Stored data
■ ■ ■

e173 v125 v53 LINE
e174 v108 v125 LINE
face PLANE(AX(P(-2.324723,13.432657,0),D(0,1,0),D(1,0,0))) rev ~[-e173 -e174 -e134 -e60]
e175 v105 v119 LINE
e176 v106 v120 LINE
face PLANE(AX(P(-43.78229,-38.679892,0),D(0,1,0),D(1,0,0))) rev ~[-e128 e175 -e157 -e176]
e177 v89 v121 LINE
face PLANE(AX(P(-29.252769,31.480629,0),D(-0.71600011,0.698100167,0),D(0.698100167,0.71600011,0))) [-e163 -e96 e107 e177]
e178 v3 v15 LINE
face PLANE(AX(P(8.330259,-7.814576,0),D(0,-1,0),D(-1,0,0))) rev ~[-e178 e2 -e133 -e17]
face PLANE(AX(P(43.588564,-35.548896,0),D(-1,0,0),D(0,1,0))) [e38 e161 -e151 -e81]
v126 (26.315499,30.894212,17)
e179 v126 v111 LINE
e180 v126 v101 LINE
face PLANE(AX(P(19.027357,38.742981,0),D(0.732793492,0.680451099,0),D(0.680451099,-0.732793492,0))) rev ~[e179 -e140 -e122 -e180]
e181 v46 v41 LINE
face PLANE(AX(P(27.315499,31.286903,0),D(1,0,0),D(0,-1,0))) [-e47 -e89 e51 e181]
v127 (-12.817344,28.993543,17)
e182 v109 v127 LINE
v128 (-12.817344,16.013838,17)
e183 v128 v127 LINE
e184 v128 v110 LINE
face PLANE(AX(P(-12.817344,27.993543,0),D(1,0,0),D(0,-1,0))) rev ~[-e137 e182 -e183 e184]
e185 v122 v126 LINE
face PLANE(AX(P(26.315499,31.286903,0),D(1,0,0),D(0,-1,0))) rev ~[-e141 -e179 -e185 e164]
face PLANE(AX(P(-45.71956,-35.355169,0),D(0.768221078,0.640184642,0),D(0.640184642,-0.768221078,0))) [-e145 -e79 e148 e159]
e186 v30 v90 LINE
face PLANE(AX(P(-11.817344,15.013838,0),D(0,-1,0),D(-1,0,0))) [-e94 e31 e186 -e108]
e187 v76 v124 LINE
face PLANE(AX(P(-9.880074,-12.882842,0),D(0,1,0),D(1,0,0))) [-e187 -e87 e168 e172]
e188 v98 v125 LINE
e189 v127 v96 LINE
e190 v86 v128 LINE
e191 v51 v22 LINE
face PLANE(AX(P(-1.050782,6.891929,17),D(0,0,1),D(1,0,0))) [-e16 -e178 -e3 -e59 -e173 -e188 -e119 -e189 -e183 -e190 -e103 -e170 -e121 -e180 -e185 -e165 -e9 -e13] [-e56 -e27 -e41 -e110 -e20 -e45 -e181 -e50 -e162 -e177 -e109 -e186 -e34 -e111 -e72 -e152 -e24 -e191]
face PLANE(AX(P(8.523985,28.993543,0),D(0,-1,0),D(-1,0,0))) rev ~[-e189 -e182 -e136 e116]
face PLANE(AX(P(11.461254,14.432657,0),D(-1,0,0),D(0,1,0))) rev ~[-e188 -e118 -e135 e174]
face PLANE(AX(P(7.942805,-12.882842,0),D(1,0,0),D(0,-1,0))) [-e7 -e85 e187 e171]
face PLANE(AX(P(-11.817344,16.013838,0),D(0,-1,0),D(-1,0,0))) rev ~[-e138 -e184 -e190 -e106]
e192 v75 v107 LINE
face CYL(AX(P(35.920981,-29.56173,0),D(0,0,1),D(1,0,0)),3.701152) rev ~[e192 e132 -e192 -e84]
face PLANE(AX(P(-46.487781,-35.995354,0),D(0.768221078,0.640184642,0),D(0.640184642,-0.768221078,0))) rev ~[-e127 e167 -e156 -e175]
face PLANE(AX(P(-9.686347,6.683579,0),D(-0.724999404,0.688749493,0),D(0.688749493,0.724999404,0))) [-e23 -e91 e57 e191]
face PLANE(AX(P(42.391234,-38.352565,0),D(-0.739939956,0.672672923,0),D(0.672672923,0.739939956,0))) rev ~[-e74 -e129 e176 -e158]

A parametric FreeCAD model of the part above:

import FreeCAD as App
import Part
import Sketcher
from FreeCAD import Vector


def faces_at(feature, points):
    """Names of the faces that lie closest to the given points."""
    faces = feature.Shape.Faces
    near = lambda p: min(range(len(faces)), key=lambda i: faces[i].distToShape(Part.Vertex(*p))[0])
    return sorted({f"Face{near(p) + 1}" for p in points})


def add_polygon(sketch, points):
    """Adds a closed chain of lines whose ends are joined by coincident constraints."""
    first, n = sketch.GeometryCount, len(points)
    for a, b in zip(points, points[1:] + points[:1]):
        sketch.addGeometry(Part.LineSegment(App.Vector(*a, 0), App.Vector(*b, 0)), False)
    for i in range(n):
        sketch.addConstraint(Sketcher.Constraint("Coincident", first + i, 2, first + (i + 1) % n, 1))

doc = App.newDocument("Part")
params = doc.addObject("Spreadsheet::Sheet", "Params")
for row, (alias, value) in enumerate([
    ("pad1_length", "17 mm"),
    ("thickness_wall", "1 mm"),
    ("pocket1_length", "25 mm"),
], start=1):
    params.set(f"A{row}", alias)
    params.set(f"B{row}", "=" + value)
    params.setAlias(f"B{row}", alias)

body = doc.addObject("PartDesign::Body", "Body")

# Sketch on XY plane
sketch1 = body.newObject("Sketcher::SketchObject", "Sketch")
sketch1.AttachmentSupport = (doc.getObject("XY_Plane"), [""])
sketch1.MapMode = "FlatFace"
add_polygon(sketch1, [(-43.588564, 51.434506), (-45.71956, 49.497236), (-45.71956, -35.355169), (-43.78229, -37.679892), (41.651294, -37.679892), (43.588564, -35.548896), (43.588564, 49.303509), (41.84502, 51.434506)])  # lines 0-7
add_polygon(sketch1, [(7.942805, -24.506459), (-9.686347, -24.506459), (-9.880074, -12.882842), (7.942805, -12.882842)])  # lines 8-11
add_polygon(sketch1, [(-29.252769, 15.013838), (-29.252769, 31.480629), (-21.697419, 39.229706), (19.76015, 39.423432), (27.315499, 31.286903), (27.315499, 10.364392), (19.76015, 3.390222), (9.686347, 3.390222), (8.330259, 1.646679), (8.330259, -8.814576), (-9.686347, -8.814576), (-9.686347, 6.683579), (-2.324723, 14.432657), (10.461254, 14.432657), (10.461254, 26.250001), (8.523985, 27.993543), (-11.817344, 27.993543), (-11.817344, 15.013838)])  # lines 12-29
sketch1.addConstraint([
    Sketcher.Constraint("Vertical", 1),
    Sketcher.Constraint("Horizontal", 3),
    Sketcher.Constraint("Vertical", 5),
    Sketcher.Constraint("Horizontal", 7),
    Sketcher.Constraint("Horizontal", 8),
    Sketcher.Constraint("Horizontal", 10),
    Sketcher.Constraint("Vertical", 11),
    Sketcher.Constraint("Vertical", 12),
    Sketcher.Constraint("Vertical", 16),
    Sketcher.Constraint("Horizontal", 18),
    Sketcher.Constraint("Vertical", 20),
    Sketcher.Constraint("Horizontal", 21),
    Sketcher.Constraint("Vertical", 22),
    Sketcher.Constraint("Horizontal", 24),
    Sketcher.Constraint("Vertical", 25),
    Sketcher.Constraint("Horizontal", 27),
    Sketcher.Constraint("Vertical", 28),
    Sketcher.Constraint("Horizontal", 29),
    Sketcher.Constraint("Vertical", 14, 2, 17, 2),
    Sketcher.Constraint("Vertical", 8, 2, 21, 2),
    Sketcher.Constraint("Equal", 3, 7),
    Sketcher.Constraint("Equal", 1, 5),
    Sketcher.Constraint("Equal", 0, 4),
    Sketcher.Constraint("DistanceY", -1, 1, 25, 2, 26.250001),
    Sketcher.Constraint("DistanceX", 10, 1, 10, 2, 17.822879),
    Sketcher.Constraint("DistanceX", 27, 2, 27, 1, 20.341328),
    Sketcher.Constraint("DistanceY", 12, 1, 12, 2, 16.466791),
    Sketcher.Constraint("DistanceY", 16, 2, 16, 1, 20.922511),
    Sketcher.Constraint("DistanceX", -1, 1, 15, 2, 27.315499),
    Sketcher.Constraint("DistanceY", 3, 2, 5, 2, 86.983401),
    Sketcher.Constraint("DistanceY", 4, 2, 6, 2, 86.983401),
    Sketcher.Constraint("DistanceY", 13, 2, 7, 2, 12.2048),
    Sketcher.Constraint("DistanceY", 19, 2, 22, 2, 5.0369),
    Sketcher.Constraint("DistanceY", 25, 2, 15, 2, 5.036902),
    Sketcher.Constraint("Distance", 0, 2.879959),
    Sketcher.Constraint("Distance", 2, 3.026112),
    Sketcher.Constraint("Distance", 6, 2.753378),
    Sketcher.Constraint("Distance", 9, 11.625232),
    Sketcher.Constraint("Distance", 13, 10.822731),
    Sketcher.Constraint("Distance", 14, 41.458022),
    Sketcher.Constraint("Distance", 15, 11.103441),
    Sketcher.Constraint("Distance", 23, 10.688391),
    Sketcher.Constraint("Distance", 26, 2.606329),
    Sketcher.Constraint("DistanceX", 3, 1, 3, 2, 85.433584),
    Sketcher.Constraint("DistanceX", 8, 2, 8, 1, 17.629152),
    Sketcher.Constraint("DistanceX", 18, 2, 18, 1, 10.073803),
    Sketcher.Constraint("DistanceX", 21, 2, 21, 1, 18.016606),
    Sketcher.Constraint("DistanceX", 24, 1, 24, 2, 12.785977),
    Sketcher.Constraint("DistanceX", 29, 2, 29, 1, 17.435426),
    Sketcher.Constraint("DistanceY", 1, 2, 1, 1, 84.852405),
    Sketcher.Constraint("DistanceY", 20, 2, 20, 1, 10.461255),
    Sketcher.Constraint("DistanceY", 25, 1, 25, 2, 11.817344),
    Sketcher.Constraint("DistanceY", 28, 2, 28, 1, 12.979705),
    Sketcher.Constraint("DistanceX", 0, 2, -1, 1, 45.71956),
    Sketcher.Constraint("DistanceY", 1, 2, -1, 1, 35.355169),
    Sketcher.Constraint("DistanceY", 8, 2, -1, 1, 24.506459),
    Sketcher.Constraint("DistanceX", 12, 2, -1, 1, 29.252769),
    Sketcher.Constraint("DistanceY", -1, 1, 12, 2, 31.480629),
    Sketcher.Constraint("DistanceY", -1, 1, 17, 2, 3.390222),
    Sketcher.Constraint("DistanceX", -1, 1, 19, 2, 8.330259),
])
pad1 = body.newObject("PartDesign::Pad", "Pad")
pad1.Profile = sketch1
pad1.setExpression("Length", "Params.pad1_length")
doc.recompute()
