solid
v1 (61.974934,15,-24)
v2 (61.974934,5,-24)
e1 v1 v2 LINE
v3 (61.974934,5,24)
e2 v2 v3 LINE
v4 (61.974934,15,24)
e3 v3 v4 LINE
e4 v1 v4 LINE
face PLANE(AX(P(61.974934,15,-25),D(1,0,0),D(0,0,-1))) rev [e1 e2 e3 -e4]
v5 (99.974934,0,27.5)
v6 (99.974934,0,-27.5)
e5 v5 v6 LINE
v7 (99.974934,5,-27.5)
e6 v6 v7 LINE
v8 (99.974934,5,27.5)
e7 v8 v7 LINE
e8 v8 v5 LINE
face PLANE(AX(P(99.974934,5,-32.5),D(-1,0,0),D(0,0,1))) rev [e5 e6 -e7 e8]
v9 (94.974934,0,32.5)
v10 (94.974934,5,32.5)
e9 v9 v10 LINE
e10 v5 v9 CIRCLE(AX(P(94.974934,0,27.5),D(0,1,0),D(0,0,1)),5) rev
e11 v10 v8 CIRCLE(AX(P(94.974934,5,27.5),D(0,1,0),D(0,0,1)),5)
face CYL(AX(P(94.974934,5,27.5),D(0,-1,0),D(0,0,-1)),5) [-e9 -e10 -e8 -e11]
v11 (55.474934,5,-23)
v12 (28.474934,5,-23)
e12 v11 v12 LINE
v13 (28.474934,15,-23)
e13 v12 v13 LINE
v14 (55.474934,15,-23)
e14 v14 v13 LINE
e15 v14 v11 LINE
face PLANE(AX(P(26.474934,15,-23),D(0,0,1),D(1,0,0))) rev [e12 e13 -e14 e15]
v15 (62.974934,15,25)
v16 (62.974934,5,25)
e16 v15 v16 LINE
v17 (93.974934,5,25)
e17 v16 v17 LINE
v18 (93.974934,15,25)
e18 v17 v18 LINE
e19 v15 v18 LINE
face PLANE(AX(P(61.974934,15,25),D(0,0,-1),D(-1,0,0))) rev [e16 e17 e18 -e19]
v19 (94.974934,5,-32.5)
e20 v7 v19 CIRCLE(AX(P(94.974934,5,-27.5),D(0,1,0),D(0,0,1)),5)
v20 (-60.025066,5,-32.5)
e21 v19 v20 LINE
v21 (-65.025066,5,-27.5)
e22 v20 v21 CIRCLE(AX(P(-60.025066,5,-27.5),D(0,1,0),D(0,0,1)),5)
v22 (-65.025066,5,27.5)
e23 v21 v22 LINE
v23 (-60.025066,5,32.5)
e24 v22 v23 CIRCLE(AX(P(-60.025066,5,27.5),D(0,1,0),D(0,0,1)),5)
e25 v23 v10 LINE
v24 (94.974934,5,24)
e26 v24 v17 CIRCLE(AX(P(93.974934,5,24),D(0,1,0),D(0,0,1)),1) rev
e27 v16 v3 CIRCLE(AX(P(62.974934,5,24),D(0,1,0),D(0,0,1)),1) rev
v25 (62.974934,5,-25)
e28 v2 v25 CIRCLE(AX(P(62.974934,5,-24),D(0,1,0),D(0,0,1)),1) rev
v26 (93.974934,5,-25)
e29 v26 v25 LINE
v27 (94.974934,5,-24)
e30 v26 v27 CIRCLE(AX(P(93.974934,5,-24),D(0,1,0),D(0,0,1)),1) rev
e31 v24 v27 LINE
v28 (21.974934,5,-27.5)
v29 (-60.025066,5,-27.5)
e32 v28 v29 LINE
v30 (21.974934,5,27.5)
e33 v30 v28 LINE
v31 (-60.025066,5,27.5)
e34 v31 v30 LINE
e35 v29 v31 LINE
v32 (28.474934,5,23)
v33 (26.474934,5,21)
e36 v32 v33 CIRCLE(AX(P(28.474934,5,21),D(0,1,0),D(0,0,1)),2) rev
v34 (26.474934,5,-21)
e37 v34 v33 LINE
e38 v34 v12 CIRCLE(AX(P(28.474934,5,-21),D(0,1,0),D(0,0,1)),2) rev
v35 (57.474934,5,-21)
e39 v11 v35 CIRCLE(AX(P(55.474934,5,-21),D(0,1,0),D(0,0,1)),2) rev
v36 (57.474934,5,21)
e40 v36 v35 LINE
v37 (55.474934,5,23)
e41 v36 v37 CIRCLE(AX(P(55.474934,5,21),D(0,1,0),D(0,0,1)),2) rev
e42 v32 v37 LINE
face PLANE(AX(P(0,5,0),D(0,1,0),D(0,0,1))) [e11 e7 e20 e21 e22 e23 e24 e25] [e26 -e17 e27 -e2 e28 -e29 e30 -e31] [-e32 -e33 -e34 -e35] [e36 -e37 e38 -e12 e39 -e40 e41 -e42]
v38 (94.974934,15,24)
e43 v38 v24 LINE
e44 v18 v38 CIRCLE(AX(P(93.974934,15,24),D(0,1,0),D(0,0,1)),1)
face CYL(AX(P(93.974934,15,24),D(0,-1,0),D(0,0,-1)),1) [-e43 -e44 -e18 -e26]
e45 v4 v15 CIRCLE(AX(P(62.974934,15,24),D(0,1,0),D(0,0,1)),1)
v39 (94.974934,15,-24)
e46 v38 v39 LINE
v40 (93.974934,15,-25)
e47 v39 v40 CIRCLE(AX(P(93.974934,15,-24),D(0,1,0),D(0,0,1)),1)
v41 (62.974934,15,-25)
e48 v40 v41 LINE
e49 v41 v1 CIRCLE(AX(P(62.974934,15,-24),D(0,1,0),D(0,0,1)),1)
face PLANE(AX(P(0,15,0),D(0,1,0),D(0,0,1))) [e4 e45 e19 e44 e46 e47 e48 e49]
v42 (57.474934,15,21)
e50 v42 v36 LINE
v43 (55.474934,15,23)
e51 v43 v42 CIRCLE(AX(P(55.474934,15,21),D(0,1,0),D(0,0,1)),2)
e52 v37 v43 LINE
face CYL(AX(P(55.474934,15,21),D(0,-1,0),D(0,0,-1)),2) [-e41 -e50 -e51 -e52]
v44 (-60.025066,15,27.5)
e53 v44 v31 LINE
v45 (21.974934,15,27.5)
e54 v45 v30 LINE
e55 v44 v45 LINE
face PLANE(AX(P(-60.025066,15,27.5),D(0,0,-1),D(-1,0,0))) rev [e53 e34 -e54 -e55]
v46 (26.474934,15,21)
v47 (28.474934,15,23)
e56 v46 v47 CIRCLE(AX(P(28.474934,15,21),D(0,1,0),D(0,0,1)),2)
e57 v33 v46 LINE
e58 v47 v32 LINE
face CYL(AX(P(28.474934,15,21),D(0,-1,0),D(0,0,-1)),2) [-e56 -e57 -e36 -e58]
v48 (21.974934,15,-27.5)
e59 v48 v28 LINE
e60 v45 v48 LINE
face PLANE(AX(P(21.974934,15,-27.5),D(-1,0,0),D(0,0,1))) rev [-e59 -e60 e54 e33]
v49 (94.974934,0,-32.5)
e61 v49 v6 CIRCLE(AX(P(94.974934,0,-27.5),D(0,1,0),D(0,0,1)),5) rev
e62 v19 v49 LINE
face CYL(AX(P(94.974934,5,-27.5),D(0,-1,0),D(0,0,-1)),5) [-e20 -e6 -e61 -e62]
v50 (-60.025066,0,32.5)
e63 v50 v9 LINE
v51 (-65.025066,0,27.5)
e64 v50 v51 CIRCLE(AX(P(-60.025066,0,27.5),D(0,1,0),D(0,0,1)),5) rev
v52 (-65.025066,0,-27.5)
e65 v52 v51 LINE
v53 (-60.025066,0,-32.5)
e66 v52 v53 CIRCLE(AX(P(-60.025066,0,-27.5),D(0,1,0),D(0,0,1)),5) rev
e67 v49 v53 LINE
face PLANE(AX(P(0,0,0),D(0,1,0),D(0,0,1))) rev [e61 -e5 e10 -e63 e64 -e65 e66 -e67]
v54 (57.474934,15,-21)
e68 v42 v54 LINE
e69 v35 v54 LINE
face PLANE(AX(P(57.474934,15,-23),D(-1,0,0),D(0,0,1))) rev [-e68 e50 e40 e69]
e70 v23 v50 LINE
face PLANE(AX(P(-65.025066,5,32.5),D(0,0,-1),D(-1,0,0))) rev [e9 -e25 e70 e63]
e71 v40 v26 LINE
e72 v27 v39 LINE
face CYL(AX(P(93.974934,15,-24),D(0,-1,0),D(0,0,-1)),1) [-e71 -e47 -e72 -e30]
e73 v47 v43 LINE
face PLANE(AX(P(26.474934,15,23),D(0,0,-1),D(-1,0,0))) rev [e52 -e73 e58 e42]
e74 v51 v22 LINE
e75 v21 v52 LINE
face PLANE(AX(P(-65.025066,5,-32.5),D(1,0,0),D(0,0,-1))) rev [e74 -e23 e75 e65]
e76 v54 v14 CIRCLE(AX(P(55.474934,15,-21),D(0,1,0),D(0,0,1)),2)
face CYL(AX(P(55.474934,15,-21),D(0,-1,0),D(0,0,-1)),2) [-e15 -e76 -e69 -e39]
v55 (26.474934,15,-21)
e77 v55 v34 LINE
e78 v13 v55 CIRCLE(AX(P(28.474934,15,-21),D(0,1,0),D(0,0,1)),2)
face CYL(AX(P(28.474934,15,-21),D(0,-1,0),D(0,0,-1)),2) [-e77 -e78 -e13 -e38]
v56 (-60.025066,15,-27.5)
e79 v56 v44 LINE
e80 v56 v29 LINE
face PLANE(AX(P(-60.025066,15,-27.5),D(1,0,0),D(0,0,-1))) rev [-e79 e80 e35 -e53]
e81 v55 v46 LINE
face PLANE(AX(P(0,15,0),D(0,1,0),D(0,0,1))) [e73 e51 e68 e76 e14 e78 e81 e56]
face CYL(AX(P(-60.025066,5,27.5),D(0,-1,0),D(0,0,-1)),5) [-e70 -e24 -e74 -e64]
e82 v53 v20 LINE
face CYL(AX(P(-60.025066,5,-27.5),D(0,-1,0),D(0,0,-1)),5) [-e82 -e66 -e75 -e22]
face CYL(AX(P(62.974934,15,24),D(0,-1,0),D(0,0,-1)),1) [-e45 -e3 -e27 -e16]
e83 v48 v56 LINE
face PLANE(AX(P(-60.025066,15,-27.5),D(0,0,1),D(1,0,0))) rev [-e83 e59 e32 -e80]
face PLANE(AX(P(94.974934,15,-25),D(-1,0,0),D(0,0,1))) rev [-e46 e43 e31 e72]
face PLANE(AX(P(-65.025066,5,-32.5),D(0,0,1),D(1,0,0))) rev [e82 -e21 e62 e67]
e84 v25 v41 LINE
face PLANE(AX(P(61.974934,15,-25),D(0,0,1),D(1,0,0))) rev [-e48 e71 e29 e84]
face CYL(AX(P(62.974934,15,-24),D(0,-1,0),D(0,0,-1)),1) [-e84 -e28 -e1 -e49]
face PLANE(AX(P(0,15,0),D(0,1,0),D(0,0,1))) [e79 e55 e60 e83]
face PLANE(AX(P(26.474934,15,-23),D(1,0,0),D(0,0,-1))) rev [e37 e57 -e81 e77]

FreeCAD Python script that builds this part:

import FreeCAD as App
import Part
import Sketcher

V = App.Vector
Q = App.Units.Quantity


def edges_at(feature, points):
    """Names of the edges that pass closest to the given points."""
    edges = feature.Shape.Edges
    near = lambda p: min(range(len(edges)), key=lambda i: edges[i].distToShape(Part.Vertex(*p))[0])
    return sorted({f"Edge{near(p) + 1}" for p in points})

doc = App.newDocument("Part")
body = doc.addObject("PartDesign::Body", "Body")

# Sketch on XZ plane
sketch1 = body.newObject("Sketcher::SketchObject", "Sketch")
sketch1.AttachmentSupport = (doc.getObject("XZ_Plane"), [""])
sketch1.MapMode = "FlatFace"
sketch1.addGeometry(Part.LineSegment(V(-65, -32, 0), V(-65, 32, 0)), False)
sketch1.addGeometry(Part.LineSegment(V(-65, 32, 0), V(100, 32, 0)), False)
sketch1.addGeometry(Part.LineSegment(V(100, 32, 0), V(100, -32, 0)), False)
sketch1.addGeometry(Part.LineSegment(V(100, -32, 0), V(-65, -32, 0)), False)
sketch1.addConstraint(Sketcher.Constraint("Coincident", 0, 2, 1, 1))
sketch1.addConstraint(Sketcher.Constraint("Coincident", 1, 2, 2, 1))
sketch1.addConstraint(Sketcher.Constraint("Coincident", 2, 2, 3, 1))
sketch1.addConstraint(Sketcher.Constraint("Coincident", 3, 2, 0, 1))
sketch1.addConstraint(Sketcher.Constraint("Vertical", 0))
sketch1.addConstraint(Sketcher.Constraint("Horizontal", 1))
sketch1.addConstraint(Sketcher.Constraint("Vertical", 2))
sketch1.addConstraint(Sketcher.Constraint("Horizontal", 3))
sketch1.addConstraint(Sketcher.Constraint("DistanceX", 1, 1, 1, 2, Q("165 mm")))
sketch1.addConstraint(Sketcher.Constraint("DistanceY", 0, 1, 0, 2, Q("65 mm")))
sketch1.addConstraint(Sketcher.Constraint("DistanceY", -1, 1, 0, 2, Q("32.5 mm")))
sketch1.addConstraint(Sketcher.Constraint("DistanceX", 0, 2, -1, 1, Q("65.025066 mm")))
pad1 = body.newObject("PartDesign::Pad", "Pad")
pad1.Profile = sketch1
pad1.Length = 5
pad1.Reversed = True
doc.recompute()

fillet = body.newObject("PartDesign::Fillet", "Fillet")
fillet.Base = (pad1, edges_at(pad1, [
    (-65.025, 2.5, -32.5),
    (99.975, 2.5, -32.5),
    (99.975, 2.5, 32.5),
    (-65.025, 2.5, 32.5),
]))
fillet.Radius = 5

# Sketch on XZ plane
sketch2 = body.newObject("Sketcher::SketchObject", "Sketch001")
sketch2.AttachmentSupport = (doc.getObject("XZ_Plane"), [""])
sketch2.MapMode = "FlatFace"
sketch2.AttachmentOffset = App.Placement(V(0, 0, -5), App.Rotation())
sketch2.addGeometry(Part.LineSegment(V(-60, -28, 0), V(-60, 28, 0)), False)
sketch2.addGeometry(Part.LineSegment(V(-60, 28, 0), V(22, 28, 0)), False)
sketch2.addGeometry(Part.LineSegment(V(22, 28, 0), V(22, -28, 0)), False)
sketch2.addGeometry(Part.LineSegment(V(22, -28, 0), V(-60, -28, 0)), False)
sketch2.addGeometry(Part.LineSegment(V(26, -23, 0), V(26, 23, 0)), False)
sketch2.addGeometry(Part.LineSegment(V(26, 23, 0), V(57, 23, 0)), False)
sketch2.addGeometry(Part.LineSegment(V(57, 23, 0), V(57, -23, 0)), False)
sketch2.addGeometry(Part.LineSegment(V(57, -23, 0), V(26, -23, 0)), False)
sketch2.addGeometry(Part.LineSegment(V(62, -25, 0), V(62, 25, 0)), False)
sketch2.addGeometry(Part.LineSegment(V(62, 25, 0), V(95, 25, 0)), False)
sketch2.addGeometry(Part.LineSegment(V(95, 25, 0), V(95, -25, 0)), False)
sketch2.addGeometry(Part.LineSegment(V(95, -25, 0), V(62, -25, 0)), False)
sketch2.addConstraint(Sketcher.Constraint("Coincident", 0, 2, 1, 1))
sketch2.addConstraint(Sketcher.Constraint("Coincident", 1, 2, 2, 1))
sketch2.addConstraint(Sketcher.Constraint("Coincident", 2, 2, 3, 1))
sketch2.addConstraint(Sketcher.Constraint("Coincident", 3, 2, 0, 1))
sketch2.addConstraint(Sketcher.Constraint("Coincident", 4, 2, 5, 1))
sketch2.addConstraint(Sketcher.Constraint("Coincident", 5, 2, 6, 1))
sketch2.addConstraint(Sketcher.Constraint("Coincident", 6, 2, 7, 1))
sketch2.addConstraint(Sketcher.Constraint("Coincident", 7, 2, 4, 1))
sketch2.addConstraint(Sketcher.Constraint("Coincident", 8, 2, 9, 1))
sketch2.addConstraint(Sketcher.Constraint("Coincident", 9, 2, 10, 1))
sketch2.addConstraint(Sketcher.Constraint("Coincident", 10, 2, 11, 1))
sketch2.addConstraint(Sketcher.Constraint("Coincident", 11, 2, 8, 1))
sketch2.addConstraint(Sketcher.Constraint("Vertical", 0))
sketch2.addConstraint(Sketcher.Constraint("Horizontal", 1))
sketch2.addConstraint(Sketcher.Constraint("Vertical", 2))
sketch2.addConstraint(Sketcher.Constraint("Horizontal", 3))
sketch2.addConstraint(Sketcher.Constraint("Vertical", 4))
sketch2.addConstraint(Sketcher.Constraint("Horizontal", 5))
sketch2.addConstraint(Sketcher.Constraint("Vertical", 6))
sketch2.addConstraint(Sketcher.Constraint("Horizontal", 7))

■ ■ ■

**REQUIRED WORK**.
From the data above, reproduce word for word the lines running from the line with "v8 (99.974934,5,27.5)" to the line with "e13 v12 v13 LINE", ends included.

**EXERCISE OUTPUT**.
v8 (99.974934,5,27.5)
e7 v8 v7 LINE
e8 v8 v5 LINE
face PLANE(AX(P(99.974934,5,-32.5),D(-1,0,0),D(0,0,1))) rev [e5 e6 -e7 e8]
v9 (94.974934,0,32.5)
v10 (94.974934,5,32.5)
e9 v9 v10 LINE
e10 v5 v9 CIRCLE(AX(P(94.974934,0,27.5),D(0,1,0),D(0,0,1)),5) rev
e11 v10 v8 CIRCLE(AX(P(94.974934,5,27.5),D(0,1,0),D(0,0,1)),5)
face CYL(AX(P(94.974934,5,27.5),D(0,-1,0),D(0,0,-1)),5) [-e9 -e10 -e8 -e11]
v11 (55.474934,5,-23)
v12 (28.474934,5,-23)
e12 v11 v12 LINE
v13 (28.474934,15,-23)
e13 v12 v13 LINE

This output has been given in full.